Material for this exercise:
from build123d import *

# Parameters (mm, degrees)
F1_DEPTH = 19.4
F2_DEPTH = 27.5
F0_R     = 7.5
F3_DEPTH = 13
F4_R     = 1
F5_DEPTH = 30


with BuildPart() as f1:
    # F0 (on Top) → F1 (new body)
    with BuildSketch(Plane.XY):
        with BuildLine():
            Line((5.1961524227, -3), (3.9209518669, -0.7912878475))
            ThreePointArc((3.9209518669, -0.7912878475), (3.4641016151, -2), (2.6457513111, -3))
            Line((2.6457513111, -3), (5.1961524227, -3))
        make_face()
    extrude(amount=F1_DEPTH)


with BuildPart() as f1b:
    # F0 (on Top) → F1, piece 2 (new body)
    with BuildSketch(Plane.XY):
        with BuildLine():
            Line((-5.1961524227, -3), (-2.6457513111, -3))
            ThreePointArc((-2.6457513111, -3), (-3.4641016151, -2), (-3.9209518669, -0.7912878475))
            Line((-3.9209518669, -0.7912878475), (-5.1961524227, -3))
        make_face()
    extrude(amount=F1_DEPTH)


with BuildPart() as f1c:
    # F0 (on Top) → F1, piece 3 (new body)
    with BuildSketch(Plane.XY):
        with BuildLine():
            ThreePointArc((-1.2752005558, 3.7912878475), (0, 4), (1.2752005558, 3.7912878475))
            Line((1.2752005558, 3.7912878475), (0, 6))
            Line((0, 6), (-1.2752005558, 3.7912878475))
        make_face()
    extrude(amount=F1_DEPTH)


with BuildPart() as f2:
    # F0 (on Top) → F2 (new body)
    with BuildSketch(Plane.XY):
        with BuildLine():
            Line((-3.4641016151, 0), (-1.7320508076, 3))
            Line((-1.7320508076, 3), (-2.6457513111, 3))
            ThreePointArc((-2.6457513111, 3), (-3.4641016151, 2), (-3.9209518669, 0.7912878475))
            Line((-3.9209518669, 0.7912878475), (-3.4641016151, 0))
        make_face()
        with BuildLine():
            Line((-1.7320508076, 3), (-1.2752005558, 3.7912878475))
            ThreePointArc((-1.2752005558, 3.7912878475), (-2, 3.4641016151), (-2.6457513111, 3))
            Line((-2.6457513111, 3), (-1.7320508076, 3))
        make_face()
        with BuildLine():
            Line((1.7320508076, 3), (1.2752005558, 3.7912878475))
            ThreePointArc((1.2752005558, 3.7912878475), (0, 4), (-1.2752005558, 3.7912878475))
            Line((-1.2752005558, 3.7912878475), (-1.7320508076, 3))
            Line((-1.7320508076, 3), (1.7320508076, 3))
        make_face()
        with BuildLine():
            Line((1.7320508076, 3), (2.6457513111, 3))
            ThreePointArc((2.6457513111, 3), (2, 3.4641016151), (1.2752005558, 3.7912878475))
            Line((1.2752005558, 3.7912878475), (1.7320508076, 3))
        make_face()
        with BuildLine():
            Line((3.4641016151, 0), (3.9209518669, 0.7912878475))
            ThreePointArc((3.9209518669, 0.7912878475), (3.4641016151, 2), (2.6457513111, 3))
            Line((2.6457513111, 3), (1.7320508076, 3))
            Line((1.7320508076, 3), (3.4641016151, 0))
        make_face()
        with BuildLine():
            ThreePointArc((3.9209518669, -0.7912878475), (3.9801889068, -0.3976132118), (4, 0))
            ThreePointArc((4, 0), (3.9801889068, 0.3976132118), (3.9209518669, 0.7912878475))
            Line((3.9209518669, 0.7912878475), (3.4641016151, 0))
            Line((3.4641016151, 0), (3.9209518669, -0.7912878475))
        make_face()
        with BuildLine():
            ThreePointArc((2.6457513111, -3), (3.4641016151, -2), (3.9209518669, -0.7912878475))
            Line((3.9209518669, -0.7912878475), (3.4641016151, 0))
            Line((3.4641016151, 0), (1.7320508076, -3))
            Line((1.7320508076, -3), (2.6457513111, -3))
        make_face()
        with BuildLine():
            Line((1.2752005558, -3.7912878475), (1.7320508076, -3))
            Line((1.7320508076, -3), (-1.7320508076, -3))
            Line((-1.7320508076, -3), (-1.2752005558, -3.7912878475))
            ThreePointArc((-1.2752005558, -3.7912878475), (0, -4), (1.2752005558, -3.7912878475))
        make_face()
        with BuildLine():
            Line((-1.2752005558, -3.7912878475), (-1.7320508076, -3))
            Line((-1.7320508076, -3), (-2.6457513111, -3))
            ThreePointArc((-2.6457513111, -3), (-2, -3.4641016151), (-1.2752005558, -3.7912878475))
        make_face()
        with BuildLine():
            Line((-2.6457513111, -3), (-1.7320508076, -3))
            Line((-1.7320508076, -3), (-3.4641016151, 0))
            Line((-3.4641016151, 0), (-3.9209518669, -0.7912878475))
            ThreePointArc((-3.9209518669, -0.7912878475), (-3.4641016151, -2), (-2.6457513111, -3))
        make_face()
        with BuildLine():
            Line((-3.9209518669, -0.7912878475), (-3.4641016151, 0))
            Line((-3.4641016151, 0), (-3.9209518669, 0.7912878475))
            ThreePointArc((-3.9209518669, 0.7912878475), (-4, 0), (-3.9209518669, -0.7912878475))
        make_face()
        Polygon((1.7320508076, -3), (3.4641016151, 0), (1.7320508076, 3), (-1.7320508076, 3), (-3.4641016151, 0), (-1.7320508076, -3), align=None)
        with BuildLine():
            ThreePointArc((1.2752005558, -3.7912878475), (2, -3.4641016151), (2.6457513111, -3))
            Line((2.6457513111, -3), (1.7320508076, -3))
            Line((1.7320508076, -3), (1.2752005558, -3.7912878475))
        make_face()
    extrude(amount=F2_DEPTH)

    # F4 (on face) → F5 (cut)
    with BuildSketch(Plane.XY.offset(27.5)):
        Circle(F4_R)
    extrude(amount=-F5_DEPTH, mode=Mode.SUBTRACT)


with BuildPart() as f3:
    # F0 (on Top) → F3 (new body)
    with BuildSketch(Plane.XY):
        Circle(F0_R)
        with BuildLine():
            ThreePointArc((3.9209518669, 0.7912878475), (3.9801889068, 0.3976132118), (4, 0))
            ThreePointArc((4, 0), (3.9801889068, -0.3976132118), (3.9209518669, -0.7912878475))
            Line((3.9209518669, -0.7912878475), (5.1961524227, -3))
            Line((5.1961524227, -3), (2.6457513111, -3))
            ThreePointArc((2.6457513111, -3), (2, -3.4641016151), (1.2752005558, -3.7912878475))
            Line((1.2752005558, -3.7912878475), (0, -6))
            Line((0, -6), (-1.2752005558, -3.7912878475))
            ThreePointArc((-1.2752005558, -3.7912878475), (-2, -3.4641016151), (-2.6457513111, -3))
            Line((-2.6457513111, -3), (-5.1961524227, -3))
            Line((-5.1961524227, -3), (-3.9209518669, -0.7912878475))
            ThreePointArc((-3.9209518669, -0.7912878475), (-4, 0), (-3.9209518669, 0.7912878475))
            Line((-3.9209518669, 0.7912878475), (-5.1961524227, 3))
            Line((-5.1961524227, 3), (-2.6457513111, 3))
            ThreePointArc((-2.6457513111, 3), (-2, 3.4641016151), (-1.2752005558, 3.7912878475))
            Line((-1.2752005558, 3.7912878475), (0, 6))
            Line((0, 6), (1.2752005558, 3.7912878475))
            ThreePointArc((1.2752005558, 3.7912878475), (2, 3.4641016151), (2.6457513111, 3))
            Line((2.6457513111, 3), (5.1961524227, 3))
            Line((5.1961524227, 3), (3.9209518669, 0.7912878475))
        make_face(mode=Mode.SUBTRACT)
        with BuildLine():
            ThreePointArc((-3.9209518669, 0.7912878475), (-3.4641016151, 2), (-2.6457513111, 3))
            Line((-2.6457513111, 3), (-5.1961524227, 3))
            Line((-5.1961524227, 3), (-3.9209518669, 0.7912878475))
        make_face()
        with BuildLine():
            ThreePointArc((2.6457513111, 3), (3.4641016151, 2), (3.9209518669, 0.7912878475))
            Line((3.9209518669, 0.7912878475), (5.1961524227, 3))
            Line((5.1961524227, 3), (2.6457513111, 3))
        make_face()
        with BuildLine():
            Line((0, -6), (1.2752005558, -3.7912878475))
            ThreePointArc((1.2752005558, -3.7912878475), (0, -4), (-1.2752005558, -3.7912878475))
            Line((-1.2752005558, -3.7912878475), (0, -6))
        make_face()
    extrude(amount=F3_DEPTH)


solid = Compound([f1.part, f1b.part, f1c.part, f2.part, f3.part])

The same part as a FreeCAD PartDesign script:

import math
import FreeCAD as App
import Part
import Sketcher
Q = App.Units.Quantity

doc = App.newDocument("Part")
body = doc.addObject("PartDesign::Body", "Body")

sketch1 = body.newObject("Sketcher::SketchObject", "Sketch")
sketch1.AttachmentSupport = (doc.getObject("XY_Plane"), [""])
sketch1.MapMode = "FlatFace"
sketch1.addGeometry(Part.LineSegment(App.Vector(5.2, -3, 0), App.Vector(3.9, -0.8, 0)), False)
sketch1.addGeometry(Part.ArcOfCircle(Part.Circle(App.Vector(0, 0, 0), App.Vector(0, 0, 1), 4), math.radians(-49), math.radians(-11)), False)
sketch1.addGeometry(Part.LineSegment(App.Vector(2.6, -3, 0), App.Vector(5.2, -3, 0)), False)
sketch1.addConstraint(Sketcher.Constraint("Coincident", 0, 2, 1, 2))
sketch1.addConstraint(Sketcher.Constraint("Coincident", 1, 1, 2, 1))
sketch1.addConstraint(Sketcher.Constraint("Coincident", 2, 2, 0, 1))
sketch1.addConstraint(Sketcher.Constraint("Horizontal", 2))
sketch1.addConstraint(Sketcher.Constraint("Coincident", 1, 3, -1, 1))
sketch1.addConstraint(Sketcher.Constraint("Radius", 1, Q("4 mm")))
sketch1.addConstraint(Sketcher.Constraint("Angle", 0, Q("120 deg")))
sketch1.addConstraint(Sketcher.Constraint("DistanceY", 1, 1, -1, 1, Q("3 mm")))
sketch1.addConstraint(Sketcher.Constraint("DistanceX", 2, 1, 2, 2, Q("2.550401 mm")))
pad1 = body.newObject("PartDesign::Pad", "Pad")
pad1.Profile = sketch1
pad1.Length = 19.4
body2 = doc.addObject("PartDesign::Body", "Body001")

sketch2 = body2.newObject("Sketcher::SketchObject", "Sketch001")
sketch2.AttachmentSupport = (doc.getObject("XY_Plane001"), [""])
sketch2.MapMode = "FlatFace"
sketch2.addGeometry(Part.LineSegment(App.Vector(-5.2, -3, 0), App.Vector(-2.6, -3, 0)), False)
sketch2.addGeometry(Part.ArcOfCircle(Part.Circle(App.Vector(0, 0, 0), App.Vector(0, 0, 1), 4), math.radians(-169), math.radians(-131)), False)
sketch2.addGeometry(Part.LineSegment(App.Vector(-3.9, -0.8, 0), App.Vector(-5.2, -3, 0)), False)
sketch2.addConstraint(Sketcher.Constraint("Coincident", 0, 2, 1, 2))
sketch2.addConstraint(Sketcher.Constraint("Coincident", 1, 1, 2, 1))
sketch2.addConstraint(Sketcher.Constraint("Coincident", 2, 2, 0, 1))
sketch2.addConstraint(Sketcher.Constraint("Horizontal", 0))
sketch2.addConstraint(Sketcher.Constraint("Coincident", 1, 3, -1, 1))
sketch2.addConstraint(Sketcher.Constraint("Radius", 1, Q("4 mm")))
sketch2.addConstraint(Sketcher.Constraint("Angle", 2, Q("-120 deg")))
sketch2.addConstraint(Sketcher.Constraint("DistanceY", 0, 2, -1, 1, Q("3 mm")))
sketch2.addConstraint(Sketcher.Constraint("DistanceX", 0, 1, 0, 2, Q("2.550401 mm")))
pad2 = body2.newObject("PartDesign::Pad", "Pad001")
pad2.Profile = sketch2
pad2.Length = 19.4
body3 = doc.addObject("PartDesign::Body", "Body002")

sketch3 = body3.newObject("Sketcher::SketchObject", "Sketch002")
sketch3.AttachmentSupport = (doc.getObject("XY_Plane002"), [""])
sketch3.MapMode = "FlatFace"
sketch3.addGeometry(Part.ArcOfCircle(Part.Circle(App.Vector(0, 0, 0), App.Vector(0, 0, 1), 4), math.radians(71), math.radians(109)), False)
sketch3.addGeometry(Part.LineSegment(App.Vector(1.3, 3.8, 0), App.Vector(0, 6, 0)), False)
sketch3.addGeometry(Part.LineSegment(App.Vector(0, 6, 0), App.Vector(-1.3, 3.8, 0)), False)
sketch3.addConstraint(Sketcher.Constraint("Coincident", 0, 1, 1, 1))
sketch3.addConstraint(Sketcher.Constraint("Coincident", 1, 2, 2, 1))
sketch3.addConstraint(Sketcher.Constraint("Coincident", 2, 2, 0, 2))
sketch3.addConstraint(Sketcher.Constraint("Coincident", 0, 3, -1, 1))
sketch3.addConstraint(Sketcher.Constraint("PointOnObject", 1, 2, -2))
sketch3.addConstraint(Sketcher.Constraint("Horizontal", 0, 1, 2, 2))
sketch3.addConstraint(Sketcher.Constraint("Radius", 0, Q("4 mm")))
sketch3.addConstraint(Sketcher.Constraint("Angle", 1, Q("120 deg")))
sketch3.addConstraint(Sketcher.Constraint("DistanceY", -1, 1, 1, 2, Q("6 mm")))
pad3 = body3.newObject("PartDesign::Pad", "Pad002")
pad3.Profile = sketch3
pad3.Length = 19.4
body4 = doc.addObject("PartDesign::Body", "Body003")

sketch4 = body4.newObject("Sketcher::SketchObject", "Sketch003")
sketch4.AttachmentSupport = (doc.getObject("XY_Plane003"), [""])
sketch4.MapMode = "FlatFace"
sketch4.addGeometry(Part.ArcOfCircle(Part.Circle(App.Vector(0, 0, 0), App.Vector(0, 0, 1), 4), math.radians(-49), math.radians(-11)), False)
sketch4.addGeometry(Part.ArcOfCircle(Part.Circle(App.Vector(0, 0, 0), App.Vector(0, 0, 1), 4), math.radians(-11.41), math.radians(0)), False)
sketch4.addGeometry(Part.ArcOfCircle(Part.Circle(App.Vector(0, 0, 0), App.Vector(0, 0, 1), 4), math.radians(0), math.radians(11.41)), False)
sketch4.addGeometry(Part.ArcOfCircle(Part.Circle(App.Vector(0, 0, 0), App.Vector(0, 0, 1), 4), math.radians(11), math.radians(49)), False)
sketch4.addGeometry(Part.ArcOfCircle(Part.Circle(App.Vector(0, 0, 0), App.Vector(0, 0, 1), 4), math.radians(49), math.radians(71)), False)
sketch4.addGeometry(Part.ArcOfCircle(Part.Circle(App.Vector(0, 0, 0), App.Vector(0, 0, 1), 4), math.radians(71), math.radians(109)), False)
sketch4.addGeometry(Part.ArcOfCircle(Part.Circle(App.Vector(0, 0, 0), App.Vector(0, 0, 1), 4), math.radians(109), math.radians(131)), False)
sketch4.addGeometry(Part.ArcOfCircle(Part.Circle(App.Vector(0, 0, 0), App.Vector(0, 0, 1), 4), math.radians(131), math.radians(169)), False)
sketch4.addGeometry(Part.ArcOfCircle(Part.Circle(App.Vector(0, 0, 0), App.Vector(0, 0, 1), 4), math.radians(169), math.radians(191)), False)
sketch4.addGeometry(Part.ArcOfCircle(Part.Circle(App.Vector(0, 0, 0), App.Vector(0, 0, 1), 4), math.radians(-169), math.radians(-131)), False)
sketch4.addGeometry(Part.ArcOfCircle(Part.Circle(App.Vector(0, 0, 0), App.Vector(0, 0, 1), 4), math.radians(-131), math.radians(-109)), False)
sketch4.addGeometry(Part.ArcOfCircle(Part.Circle(App.Vector(0, 0, 0), App.Vector(0, 0, 1), 4), math.radians(-109), math.radians(-71)), False)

Task instructions: Starting at the line with "-0.3976132118), (3.9209518669, -0.7912878475))" and ending at the line with "Line((1.2752005558, -3.7912878475), (0, -6))", print each line of the listing above exactly, with no other lines.

Reply to the exercise:
            ThreePointArc((4, 0), (3.9801889068, -0.3976132118), (3.9209518669, -0.7912878475))
            Line((3.9209518669, -0.7912878475), (5.1961524227, -3))
            Line((5.1961524227, -3), (2.6457513111, -3))
            ThreePointArc((2.6457513111, -3), (2, -3.4641016151), (1.2752005558, -3.7912878475))
            Line((1.2752005558, -3.7912878475), (0, -6))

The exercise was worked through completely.